▶ _Exercise aim_
Copy out exactly the stretch of the listing below that begins at the line containing "v 4.102 12.7 -58.679" and ends at the line containing "v -0.886 0 25.385", and copy nothing outside it.

** Material for this exercise follows **

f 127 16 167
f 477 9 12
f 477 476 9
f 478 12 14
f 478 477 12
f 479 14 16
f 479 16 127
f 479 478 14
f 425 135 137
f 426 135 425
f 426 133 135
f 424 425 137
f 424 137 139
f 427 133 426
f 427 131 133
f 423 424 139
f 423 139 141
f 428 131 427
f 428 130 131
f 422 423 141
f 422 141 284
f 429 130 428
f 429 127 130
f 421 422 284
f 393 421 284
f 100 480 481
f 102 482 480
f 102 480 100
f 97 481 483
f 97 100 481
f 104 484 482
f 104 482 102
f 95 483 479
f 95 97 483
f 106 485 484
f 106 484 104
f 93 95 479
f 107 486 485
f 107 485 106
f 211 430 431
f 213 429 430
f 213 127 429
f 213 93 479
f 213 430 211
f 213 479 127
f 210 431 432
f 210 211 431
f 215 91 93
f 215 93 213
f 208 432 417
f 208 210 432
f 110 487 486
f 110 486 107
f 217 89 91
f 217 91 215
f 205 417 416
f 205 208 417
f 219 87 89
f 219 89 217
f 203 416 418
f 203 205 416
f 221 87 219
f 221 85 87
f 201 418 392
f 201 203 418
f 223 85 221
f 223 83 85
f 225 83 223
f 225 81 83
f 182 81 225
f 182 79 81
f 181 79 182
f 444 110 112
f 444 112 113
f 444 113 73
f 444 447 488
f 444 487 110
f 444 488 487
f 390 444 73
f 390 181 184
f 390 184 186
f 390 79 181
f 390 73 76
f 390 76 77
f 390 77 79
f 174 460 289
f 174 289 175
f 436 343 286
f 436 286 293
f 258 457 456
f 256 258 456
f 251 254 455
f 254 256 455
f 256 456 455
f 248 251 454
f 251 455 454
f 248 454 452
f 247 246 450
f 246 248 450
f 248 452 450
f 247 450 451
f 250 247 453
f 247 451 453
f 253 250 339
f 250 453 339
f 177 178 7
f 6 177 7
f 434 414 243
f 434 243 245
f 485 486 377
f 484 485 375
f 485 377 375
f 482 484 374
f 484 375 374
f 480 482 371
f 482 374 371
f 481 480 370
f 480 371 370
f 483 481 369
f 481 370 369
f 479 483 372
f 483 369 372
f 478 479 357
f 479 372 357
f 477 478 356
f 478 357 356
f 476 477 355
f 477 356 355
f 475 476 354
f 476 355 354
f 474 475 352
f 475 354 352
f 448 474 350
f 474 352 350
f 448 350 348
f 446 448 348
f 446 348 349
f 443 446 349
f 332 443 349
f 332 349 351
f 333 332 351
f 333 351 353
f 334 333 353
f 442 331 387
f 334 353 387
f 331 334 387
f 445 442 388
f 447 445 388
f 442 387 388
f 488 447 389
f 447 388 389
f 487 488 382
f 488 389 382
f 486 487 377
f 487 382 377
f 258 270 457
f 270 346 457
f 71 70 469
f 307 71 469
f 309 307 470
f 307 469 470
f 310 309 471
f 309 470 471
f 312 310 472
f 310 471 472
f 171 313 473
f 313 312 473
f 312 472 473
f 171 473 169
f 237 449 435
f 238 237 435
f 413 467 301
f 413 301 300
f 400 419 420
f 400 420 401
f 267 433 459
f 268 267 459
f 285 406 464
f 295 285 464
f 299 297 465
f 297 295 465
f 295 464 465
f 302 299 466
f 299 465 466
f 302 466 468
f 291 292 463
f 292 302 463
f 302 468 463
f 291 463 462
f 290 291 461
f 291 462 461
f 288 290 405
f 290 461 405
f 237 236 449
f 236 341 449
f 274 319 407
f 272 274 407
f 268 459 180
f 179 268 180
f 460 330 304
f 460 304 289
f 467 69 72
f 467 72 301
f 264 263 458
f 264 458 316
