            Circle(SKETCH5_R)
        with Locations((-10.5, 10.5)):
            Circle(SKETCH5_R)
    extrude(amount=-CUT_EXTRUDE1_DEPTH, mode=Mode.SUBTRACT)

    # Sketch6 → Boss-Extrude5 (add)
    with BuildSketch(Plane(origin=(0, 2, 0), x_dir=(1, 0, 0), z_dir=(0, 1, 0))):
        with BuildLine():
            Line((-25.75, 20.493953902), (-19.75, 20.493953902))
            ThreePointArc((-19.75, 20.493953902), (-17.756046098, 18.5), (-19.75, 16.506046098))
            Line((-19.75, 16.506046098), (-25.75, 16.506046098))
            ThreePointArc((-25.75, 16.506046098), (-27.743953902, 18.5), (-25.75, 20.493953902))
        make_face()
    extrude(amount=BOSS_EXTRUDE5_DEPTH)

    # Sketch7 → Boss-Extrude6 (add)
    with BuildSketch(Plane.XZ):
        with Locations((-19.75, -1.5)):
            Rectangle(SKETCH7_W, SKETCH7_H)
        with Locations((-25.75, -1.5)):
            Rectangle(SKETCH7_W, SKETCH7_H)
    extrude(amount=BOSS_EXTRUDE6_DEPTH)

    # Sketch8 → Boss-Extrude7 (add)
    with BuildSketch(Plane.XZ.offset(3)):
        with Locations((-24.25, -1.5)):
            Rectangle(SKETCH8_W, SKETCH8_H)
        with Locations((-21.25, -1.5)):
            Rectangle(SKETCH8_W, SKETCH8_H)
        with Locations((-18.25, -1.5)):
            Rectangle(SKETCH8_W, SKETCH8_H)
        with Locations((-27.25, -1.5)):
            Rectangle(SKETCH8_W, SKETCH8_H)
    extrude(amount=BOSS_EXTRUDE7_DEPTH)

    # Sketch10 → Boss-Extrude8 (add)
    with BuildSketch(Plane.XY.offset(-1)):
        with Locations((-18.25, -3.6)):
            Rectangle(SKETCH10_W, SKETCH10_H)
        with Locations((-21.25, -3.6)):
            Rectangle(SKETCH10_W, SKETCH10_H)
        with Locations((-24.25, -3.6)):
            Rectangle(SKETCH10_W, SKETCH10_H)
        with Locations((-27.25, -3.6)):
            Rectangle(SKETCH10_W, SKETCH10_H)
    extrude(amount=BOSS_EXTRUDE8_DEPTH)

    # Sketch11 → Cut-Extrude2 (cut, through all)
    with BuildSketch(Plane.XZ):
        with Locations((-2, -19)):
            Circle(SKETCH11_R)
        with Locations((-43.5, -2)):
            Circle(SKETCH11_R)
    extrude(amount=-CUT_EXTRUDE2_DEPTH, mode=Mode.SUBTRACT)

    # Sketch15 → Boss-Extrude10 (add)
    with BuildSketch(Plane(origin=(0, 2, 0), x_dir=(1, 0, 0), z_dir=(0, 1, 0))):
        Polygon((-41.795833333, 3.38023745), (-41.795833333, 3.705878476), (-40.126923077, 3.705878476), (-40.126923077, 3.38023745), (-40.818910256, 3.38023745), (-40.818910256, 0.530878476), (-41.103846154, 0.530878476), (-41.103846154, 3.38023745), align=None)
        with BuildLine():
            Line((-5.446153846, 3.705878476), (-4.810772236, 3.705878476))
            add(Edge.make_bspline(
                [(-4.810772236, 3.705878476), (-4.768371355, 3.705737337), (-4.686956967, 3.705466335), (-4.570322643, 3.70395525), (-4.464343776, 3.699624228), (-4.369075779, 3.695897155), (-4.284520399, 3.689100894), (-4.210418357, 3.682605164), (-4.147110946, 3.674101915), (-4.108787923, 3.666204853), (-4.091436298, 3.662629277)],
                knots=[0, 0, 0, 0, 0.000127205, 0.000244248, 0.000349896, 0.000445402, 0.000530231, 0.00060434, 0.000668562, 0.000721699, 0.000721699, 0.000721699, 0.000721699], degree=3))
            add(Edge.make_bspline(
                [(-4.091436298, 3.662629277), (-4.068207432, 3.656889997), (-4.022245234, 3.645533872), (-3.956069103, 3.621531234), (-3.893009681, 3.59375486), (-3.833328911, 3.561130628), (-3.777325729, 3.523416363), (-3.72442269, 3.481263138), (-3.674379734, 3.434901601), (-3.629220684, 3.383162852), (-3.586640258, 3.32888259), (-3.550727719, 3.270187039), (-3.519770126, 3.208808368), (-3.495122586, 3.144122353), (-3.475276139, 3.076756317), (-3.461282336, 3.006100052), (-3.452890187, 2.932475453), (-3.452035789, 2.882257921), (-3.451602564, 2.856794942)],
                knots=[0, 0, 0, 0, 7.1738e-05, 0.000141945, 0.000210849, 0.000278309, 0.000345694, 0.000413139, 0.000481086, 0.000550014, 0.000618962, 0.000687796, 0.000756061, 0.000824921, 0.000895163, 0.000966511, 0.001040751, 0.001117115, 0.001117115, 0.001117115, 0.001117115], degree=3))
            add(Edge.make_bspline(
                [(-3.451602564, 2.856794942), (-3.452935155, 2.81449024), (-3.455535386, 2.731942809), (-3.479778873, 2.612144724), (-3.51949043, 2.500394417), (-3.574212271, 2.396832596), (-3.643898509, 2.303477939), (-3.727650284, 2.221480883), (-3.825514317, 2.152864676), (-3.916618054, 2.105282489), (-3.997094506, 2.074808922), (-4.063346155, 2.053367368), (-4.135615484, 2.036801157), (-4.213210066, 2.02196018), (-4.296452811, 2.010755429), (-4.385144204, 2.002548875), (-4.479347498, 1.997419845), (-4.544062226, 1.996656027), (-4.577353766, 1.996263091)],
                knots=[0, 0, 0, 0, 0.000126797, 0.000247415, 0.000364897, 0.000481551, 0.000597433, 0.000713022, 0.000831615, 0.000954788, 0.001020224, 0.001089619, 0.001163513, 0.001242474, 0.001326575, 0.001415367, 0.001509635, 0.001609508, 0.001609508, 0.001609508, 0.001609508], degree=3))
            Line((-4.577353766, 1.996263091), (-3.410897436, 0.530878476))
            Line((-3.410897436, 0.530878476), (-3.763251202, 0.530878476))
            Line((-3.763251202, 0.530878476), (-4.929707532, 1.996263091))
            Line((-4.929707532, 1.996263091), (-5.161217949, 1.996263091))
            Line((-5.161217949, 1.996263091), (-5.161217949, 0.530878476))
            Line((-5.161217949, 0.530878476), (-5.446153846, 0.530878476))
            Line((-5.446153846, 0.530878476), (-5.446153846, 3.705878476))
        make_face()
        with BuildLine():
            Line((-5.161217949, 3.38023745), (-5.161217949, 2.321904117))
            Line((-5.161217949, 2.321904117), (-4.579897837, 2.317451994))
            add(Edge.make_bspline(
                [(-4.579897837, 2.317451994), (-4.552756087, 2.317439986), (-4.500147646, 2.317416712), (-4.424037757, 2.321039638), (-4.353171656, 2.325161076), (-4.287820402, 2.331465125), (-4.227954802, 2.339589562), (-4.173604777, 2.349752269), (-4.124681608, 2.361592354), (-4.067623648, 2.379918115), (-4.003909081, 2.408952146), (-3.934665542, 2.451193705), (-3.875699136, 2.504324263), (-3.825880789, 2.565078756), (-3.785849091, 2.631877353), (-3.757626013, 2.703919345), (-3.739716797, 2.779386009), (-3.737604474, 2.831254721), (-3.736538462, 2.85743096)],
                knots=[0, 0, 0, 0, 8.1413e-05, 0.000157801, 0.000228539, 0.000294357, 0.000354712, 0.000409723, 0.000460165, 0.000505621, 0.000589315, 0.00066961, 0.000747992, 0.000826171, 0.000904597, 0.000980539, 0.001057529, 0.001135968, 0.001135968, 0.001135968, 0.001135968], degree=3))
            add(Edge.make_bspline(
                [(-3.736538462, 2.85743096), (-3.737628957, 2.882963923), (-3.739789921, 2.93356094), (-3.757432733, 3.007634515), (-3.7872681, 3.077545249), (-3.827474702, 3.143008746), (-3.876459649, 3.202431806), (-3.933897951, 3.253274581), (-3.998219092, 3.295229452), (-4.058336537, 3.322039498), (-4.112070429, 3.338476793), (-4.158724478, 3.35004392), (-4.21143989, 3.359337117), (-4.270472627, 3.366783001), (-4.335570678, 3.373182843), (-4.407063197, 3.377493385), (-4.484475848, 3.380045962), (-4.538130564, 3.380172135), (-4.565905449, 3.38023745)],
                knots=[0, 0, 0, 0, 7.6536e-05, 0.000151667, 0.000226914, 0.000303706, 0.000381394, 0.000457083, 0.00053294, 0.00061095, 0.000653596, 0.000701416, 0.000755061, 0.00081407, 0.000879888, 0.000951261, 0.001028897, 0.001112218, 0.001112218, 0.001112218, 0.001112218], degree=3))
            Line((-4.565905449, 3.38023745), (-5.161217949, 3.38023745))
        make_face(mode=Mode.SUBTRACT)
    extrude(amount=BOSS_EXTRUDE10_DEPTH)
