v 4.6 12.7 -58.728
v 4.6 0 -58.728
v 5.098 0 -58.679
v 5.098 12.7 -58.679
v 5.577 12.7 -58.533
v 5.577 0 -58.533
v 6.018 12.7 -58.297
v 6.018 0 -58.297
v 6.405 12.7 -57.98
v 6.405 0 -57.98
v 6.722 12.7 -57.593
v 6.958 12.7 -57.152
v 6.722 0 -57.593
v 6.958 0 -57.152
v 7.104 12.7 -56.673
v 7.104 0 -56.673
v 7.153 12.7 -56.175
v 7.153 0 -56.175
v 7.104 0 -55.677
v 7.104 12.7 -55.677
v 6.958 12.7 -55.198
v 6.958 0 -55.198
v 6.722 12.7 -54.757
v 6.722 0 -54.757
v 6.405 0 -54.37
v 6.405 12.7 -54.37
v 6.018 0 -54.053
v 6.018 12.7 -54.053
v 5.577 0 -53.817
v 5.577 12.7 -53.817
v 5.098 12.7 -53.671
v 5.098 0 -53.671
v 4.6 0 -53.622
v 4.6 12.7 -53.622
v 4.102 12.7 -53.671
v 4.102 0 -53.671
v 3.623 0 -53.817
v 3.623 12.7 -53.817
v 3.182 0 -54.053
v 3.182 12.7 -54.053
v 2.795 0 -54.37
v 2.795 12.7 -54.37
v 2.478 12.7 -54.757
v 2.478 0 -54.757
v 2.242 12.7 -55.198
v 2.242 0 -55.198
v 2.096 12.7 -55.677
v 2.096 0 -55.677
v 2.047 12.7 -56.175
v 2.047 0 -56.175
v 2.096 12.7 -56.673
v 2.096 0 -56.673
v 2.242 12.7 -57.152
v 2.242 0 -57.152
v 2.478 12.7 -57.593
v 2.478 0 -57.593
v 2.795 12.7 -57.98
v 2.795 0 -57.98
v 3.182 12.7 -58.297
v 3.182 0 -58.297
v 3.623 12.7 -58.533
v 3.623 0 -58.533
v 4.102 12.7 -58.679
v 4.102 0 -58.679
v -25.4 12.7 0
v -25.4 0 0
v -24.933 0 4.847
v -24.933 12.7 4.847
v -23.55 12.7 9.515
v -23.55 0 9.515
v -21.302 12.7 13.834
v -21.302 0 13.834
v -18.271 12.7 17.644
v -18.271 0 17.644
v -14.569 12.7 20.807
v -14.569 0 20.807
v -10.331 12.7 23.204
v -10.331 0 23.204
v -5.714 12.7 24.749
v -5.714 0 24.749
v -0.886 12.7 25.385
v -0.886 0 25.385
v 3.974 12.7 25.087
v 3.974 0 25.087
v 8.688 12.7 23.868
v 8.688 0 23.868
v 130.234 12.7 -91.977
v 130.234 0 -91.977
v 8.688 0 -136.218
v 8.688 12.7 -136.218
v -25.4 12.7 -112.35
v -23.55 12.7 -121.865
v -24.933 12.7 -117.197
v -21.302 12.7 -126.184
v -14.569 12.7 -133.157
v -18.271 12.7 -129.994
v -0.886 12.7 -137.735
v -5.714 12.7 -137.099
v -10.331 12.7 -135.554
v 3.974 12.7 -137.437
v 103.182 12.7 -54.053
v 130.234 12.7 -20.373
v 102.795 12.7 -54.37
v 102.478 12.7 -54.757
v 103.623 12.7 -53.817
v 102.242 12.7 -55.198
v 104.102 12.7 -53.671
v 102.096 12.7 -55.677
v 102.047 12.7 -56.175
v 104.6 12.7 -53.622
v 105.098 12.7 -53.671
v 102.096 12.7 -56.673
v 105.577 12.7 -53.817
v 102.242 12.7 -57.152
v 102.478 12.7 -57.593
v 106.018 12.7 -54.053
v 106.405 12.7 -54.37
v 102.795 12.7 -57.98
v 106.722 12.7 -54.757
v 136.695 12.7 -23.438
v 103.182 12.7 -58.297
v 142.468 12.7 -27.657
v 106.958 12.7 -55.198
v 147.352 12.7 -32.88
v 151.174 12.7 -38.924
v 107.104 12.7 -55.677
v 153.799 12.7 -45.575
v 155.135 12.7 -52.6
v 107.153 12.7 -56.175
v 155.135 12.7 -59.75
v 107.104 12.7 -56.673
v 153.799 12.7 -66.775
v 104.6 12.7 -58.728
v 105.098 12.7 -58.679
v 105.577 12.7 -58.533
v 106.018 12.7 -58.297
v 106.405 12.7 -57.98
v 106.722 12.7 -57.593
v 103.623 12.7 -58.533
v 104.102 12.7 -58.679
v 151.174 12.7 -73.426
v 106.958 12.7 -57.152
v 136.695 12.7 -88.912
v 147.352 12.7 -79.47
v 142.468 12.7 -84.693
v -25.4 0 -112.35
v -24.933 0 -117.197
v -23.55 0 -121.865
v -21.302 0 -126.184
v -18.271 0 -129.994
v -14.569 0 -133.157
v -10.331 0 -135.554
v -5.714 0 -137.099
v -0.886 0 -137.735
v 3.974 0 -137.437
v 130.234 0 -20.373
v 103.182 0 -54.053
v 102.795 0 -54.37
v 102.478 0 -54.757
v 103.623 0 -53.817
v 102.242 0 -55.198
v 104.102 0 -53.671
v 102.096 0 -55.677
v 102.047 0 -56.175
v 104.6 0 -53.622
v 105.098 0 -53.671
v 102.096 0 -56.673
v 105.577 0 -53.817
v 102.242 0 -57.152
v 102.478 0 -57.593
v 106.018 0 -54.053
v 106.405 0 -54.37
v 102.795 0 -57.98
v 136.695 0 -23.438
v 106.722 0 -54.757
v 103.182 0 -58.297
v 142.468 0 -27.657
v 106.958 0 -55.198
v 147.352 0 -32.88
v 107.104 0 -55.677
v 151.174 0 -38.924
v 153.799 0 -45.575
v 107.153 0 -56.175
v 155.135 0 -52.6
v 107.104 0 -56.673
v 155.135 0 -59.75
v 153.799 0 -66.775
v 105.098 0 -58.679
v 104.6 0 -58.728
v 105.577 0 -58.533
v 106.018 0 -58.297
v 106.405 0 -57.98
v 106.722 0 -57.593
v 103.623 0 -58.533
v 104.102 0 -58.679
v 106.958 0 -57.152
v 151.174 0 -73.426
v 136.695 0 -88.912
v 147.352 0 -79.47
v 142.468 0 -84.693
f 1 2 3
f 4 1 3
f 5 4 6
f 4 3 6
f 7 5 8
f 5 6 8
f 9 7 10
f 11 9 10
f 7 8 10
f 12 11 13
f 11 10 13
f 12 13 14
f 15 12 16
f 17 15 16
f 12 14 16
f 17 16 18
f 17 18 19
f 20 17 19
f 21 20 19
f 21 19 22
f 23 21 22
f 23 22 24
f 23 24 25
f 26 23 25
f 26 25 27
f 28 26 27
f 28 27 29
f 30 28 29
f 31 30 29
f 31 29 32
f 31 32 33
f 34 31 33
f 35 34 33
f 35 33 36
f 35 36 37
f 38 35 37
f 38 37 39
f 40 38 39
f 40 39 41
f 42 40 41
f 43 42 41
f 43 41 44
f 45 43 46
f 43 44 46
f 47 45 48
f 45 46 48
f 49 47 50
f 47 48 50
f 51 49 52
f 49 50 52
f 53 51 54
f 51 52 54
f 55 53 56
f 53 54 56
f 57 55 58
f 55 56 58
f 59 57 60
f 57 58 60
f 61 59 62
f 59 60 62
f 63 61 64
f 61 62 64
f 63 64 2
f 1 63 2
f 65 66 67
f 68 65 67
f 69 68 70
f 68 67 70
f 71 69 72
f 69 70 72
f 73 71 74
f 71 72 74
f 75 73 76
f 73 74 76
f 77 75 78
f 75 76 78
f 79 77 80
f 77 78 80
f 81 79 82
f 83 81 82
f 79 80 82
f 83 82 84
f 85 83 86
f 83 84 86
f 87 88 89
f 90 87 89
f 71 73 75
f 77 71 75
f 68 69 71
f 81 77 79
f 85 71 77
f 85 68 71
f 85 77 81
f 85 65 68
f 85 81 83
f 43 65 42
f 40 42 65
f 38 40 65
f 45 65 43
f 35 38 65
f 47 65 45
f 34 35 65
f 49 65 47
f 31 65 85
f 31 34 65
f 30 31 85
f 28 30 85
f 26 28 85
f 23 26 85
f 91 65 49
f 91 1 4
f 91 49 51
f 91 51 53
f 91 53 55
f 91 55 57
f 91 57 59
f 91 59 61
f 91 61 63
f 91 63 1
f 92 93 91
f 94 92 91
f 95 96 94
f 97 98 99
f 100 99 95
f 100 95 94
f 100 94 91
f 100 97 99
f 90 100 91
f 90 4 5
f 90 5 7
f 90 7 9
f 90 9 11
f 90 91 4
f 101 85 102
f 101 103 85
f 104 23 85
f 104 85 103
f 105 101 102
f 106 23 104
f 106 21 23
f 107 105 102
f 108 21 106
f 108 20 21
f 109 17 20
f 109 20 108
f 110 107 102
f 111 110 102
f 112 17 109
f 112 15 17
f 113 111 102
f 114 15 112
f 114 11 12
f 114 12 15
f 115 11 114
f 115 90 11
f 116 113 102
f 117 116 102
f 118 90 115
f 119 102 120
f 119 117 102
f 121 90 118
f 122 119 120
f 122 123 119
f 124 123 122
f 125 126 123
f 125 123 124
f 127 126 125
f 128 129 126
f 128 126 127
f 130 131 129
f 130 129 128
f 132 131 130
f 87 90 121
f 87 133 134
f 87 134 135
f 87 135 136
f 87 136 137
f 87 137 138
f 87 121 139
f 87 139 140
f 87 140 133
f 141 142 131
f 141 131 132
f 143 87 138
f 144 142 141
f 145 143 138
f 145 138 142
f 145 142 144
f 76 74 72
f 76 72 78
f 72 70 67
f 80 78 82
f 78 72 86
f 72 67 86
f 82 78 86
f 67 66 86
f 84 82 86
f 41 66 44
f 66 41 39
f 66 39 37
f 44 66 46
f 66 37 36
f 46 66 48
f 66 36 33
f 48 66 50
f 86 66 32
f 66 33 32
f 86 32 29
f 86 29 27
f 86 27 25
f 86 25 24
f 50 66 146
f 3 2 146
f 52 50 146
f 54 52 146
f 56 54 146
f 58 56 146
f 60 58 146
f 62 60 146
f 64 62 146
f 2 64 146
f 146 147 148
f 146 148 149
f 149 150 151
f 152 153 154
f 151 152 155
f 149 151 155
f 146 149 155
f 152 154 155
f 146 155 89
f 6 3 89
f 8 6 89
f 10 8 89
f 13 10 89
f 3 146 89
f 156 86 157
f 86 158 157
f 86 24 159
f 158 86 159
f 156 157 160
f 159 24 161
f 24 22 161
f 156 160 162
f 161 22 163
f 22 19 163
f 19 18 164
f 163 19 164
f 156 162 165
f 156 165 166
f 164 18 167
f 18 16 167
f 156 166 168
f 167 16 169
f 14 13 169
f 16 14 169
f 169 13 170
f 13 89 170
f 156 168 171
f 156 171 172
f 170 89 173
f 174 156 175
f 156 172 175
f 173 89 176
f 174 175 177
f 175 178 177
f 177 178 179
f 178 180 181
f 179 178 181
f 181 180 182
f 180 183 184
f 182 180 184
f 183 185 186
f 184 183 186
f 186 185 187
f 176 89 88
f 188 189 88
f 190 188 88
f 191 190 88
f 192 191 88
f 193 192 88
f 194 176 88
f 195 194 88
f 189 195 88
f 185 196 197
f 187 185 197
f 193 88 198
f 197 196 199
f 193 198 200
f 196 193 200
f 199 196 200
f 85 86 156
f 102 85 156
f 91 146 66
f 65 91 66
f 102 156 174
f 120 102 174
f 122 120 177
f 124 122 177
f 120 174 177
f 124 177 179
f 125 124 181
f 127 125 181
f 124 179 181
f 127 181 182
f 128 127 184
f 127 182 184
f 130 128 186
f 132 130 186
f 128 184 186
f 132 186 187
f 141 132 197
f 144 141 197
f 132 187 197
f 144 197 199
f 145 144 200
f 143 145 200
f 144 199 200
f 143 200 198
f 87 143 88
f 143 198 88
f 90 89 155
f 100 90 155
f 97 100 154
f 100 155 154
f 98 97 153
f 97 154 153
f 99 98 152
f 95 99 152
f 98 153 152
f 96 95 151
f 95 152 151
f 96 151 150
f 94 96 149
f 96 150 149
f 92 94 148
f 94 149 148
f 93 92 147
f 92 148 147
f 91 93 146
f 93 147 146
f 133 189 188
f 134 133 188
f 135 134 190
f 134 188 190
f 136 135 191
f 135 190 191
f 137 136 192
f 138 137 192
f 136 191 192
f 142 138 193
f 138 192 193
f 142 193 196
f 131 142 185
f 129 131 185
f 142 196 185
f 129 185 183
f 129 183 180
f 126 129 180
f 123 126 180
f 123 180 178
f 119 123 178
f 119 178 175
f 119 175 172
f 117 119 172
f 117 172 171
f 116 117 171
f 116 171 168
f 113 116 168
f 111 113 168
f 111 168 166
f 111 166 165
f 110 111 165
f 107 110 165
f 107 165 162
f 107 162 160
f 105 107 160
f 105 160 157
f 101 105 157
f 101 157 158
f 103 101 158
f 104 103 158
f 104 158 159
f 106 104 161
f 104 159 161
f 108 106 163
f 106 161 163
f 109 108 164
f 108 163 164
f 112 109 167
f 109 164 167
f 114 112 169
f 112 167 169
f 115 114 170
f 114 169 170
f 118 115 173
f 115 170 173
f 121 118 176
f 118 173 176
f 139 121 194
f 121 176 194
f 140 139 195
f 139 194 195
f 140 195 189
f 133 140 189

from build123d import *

# Parameters (mm, degrees)
BOSS_EXTRUDE1_DEPTH         = 12.7
F_1_4_20_TAPPED_HOLE1_D     = 5.1054
F_1_4_20_TAPPED_HOLE1_DEPTH = 19.05
F_1_4_20_TAPPED_HOLE1_TIP   = 1.533816902


with BuildPart() as part:
    # Sketch1 → Boss-Extrude1 (new body)
    with BuildSketch(Plane(origin=(0, 0, 0), x_dir=(1, 0, 0), z_dir=(0, 1, 0))):
        with BuildLine():
            Line((8.6875712, -23.868098094), (130.234472266, 20.372852858))
            ThreePointArc((130.234472266, 20.372852858), (155.303115466, 56.175), (130.234472266, 91.977147142))
            Line((130.234472266, 91.977147142), (8.6875712, 136.218098094))
            ThreePointArc((8.6875712, 136.218098094), (-14.568728351, 133.156541141), (-25.4, 112.35))
            Line((-25.4, 112.35), (-25.4, 0))
            ThreePointArc((-25.4, 0), (-14.568728351, -20.806541141), (8.6875712, -23.868098094))
        make_face()
    extrude(amount=BOSS_EXTRUDE1_DEPTH)

    # 1/4-20 Tapped Hole1
    with Locations(Plane(origin=(4.6, 12.7, -56.175), x_dir=(0, 0, 1), z_dir=(0, 1, 0))):
        with Locations((0, 0), (0, 100)):
            Hole(F_1_4_20_TAPPED_HOLE1_D / 2, depth=F_1_4_20_TAPPED_HOLE1_DEPTH)
            with Locations((0, 0, -(F_1_4_20_TAPPED_HOLE1_DEPTH + F_1_4_20_TAPPED_HOLE1_TIP / 2))):  # 118° drill point
                Cone(0, F_1_4_20_TAPPED_HOLE1_D / 2, F_1_4_20_TAPPED_HOLE1_TIP, mode=Mode.SUBTRACT)


solid = part.part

** End of Material for this exercise **

▶ _Output for this exercise_
v 4.102 12.7 -58.679
v 4.102 0 -58.679
v -25.4 12.7 0
v -25.4 0 0
v -24.933 0 4.847
v -24.933 12.7 4.847
v -23.55 12.7 9.515
v -23.55 0 9.515
v -21.302 12.7 13.834
v -21.302 0 13.834
v -18.271 12.7 17.644
v -18.271 0 17.644
v -14.569 12.7 20.807
v -14.569 0 20.807
v -10.331 12.7 23.204
v -10.331 0 23.204
v -5.714 12.7 24.749
v -5.714 0 24.749
v -0.886 12.7 25.385
v -0.886 0 25.385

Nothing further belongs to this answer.